--- AIM OF THE EXERCISE ---
Find the line in the entries below that contains "f 78 235 241". Repeat it exactly, and every line after it through the line that contains "f 731 729 735".

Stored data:
Start of Block

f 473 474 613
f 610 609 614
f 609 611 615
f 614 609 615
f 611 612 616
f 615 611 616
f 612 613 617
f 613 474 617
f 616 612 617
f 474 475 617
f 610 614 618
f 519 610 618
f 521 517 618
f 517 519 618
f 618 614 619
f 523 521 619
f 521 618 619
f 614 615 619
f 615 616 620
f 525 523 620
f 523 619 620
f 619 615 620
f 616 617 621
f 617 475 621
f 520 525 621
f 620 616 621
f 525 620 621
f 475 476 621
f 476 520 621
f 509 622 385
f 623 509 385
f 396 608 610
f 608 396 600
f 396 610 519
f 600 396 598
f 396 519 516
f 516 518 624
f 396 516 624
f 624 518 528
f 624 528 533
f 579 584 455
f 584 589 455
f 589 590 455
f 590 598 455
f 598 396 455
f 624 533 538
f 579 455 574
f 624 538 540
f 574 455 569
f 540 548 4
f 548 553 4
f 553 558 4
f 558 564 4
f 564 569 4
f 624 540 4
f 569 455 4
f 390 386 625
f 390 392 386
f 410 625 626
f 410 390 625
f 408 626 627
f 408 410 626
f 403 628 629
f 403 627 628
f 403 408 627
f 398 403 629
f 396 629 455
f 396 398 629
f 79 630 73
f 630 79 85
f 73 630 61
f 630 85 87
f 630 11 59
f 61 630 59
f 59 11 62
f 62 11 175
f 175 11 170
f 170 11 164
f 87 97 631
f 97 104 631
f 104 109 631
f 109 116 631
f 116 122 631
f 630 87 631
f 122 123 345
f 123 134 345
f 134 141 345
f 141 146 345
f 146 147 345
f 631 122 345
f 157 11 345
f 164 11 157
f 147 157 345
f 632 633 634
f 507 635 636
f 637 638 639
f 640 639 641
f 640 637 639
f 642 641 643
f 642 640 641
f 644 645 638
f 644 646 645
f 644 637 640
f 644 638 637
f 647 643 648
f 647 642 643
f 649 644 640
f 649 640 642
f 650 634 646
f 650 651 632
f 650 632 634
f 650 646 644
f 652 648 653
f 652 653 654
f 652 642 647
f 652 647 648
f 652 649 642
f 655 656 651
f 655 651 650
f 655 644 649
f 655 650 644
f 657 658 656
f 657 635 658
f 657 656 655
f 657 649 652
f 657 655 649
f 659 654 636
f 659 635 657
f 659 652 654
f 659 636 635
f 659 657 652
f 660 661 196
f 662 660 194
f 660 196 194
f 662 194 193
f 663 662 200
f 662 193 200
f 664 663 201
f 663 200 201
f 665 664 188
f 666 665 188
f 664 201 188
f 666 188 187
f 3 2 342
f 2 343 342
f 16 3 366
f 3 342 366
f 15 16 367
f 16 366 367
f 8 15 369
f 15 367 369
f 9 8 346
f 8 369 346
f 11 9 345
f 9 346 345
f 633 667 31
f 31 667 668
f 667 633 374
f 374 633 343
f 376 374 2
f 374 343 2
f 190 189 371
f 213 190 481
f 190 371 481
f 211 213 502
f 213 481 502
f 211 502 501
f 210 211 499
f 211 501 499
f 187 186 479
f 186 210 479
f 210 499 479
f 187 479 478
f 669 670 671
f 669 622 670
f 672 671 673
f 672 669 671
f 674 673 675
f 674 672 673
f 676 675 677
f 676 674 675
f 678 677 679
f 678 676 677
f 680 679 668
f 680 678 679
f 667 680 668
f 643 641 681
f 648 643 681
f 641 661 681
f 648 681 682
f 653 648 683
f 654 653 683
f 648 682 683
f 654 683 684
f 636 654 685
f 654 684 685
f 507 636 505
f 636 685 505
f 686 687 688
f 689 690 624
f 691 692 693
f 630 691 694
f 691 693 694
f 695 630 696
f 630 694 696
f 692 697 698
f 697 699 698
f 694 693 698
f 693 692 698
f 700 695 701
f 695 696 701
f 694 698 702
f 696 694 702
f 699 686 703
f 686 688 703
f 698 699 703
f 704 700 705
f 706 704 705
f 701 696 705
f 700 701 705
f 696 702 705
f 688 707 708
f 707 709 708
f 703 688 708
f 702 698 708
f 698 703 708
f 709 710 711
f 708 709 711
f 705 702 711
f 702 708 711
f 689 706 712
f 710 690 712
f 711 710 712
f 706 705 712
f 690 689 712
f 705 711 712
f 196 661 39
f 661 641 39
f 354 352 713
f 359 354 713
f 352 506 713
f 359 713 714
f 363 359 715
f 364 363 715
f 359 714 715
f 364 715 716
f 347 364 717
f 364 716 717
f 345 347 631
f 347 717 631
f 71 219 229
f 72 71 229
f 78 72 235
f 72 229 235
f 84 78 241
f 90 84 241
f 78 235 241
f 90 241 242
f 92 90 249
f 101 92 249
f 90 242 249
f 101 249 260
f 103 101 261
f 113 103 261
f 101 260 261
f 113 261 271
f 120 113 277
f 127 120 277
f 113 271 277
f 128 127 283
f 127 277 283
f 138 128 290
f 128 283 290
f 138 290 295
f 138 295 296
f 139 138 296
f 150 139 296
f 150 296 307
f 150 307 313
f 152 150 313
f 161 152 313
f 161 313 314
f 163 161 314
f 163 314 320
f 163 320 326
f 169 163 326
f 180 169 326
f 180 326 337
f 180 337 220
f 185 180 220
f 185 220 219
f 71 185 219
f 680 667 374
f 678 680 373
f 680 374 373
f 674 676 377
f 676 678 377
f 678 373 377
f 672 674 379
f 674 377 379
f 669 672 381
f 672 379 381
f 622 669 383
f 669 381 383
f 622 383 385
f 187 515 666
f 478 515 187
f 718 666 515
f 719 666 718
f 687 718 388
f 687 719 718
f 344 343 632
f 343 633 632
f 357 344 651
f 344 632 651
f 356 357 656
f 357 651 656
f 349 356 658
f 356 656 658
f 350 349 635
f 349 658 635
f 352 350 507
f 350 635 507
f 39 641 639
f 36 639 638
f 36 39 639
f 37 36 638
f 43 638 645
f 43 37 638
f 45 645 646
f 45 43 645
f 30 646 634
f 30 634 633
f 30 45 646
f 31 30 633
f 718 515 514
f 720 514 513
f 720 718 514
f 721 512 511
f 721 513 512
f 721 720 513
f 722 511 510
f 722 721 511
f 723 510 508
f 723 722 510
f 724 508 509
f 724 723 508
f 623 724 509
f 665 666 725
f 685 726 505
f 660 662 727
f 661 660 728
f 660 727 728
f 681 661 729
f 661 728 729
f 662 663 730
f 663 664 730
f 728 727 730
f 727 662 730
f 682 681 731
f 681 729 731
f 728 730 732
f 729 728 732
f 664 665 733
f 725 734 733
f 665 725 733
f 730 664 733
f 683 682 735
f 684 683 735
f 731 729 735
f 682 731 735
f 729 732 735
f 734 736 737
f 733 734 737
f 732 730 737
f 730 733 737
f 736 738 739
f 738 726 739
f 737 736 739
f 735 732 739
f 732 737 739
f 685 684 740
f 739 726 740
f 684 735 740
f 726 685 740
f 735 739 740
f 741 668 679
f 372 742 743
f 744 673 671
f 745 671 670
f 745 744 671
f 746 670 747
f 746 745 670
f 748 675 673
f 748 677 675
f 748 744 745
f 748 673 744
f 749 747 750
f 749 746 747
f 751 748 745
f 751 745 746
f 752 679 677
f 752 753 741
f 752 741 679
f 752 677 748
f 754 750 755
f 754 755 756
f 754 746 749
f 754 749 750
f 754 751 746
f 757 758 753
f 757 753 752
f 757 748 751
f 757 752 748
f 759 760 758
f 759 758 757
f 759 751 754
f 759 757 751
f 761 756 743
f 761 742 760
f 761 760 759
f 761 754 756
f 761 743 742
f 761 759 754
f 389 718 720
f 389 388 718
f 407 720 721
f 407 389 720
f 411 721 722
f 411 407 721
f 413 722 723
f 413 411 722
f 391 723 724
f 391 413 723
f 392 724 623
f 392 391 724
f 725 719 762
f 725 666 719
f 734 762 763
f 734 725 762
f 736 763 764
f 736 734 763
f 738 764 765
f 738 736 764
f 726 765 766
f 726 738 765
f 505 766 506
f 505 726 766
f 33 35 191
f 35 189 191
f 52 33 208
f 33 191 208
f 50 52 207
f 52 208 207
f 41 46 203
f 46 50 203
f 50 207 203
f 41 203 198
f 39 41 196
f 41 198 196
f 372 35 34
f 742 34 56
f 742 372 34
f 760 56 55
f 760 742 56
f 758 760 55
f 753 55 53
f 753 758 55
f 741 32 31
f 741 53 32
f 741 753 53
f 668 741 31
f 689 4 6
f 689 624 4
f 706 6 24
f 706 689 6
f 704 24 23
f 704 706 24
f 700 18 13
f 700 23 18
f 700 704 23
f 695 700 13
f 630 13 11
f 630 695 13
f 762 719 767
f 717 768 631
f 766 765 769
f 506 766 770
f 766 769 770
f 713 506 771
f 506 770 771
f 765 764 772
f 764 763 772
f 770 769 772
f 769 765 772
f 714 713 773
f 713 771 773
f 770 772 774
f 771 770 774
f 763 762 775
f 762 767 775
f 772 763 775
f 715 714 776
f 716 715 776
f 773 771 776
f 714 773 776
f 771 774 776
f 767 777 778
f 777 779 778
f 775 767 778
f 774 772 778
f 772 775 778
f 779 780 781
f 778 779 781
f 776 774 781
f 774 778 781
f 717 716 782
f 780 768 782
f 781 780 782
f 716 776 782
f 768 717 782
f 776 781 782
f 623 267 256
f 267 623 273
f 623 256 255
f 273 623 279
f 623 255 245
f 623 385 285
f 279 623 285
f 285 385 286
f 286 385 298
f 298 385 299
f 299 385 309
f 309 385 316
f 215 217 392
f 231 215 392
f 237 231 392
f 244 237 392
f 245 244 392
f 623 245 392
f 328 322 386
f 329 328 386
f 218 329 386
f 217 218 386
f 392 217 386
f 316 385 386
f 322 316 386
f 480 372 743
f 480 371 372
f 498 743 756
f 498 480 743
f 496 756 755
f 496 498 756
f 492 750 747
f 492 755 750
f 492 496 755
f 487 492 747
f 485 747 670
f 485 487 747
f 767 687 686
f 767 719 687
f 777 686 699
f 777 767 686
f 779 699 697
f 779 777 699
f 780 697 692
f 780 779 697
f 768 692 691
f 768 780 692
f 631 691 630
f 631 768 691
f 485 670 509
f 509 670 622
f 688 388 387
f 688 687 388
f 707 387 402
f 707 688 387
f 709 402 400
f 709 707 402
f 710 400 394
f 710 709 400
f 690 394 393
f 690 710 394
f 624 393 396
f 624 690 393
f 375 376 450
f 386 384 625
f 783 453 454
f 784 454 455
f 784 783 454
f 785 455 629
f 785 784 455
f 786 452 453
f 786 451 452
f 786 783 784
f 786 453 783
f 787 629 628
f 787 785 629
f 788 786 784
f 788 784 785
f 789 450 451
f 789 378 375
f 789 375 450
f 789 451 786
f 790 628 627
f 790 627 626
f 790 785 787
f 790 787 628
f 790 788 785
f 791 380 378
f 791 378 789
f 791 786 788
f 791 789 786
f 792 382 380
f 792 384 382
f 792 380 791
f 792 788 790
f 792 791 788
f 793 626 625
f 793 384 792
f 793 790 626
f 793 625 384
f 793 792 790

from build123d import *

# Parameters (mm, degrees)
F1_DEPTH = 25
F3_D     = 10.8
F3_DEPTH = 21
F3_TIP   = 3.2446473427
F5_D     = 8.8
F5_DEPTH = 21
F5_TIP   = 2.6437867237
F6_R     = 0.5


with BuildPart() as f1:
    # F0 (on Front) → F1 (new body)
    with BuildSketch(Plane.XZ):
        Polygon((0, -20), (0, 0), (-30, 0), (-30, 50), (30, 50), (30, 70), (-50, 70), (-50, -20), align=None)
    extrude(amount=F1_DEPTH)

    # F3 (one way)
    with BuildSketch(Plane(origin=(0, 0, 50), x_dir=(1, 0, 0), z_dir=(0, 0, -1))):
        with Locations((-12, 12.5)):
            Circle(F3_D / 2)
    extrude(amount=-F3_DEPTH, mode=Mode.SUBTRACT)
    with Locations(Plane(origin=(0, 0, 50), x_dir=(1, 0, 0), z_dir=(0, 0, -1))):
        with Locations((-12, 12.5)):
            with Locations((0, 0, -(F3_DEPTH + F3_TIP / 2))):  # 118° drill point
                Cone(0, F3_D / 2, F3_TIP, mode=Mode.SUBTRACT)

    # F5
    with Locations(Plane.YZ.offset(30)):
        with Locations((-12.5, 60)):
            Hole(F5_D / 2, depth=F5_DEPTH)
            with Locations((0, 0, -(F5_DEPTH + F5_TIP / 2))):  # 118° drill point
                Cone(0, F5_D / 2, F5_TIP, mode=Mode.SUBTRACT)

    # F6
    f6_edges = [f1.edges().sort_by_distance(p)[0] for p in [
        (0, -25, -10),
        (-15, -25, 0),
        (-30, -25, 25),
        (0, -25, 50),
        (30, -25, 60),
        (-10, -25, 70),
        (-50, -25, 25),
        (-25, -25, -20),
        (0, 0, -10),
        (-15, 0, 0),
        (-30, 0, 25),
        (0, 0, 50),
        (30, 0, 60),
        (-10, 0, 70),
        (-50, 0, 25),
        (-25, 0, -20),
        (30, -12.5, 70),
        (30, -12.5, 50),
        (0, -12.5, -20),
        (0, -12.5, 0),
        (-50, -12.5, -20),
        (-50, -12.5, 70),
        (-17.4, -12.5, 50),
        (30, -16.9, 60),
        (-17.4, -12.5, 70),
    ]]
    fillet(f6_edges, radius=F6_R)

End of Block

--- SOLUTION FOR THIS TASK ---
f 78 235 241
f 90 241 242
f 92 90 249
f 101 92 249
f 90 242 249
f 101 249 260
f 103 101 261
f 113 103 261
f 101 260 261
f 113 261 271
f 120 113 277
f 127 120 277
f 113 271 277
f 128 127 283
f 127 277 283
f 138 128 290
f 128 283 290
f 138 290 295
f 138 295 296
f 139 138 296
f 150 139 296
f 150 296 307
f 150 307 313
f 152 150 313
f 161 152 313
f 161 313 314
f 163 161 314
f 163 314 320
f 163 320 326
f 169 163 326
f 180 169 326
f 180 326 337
f 180 337 220
f 185 180 220
f 185 220 219
f 71 185 219
f 680 667 374
f 678 680 373
f 680 374 373
f 674 676 377
f 676 678 377
f 678 373 377
f 672 674 379
f 674 377 379
f 669 672 381
f 672 379 381
f 622 669 383
f 669 381 383
f 622 383 385
f 187 515 666
f 478 515 187
f 718 666 515
f 719 666 718
f 687 718 388
f 687 719 718
f 344 343 632
f 343 633 632
f 357 344 651
f 344 632 651
f 356 357 656
f 357 651 656
f 349 356 658
f 356 656 658
f 350 349 635
f 349 658 635
f 352 350 507
f 350 635 507
f 39 641 639
f 36 639 638
f 36 39 639
f 37 36 638
f 43 638 645
f 43 37 638
f 45 645 646
f 45 43 645
f 30 646 634
f 30 634 633
f 30 45 646
f 31 30 633
f 718 515 514
f 720 514 513
f 720 718 514
f 721 512 511
f 721 513 512
f 721 720 513
f 722 511 510
f 722 721 511
f 723 510 508
f 723 722 510
f 724 508 509
f 724 723 508
f 623 724 509
f 665 666 725
f 685 726 505
f 660 662 727
f 661 660 728
f 660 727 728
f 681 661 729
f 661 728 729
f 662 663 730
f 663 664 730
f 728 727 730
f 727 662 730
f 682 681 731
f 681 729 731
f 728 730 732
f 729 728 732
f 664 665 733
f 725 734 733
f 665 725 733
f 730 664 733
f 683 682 735
f 684 683 735
f 731 729 735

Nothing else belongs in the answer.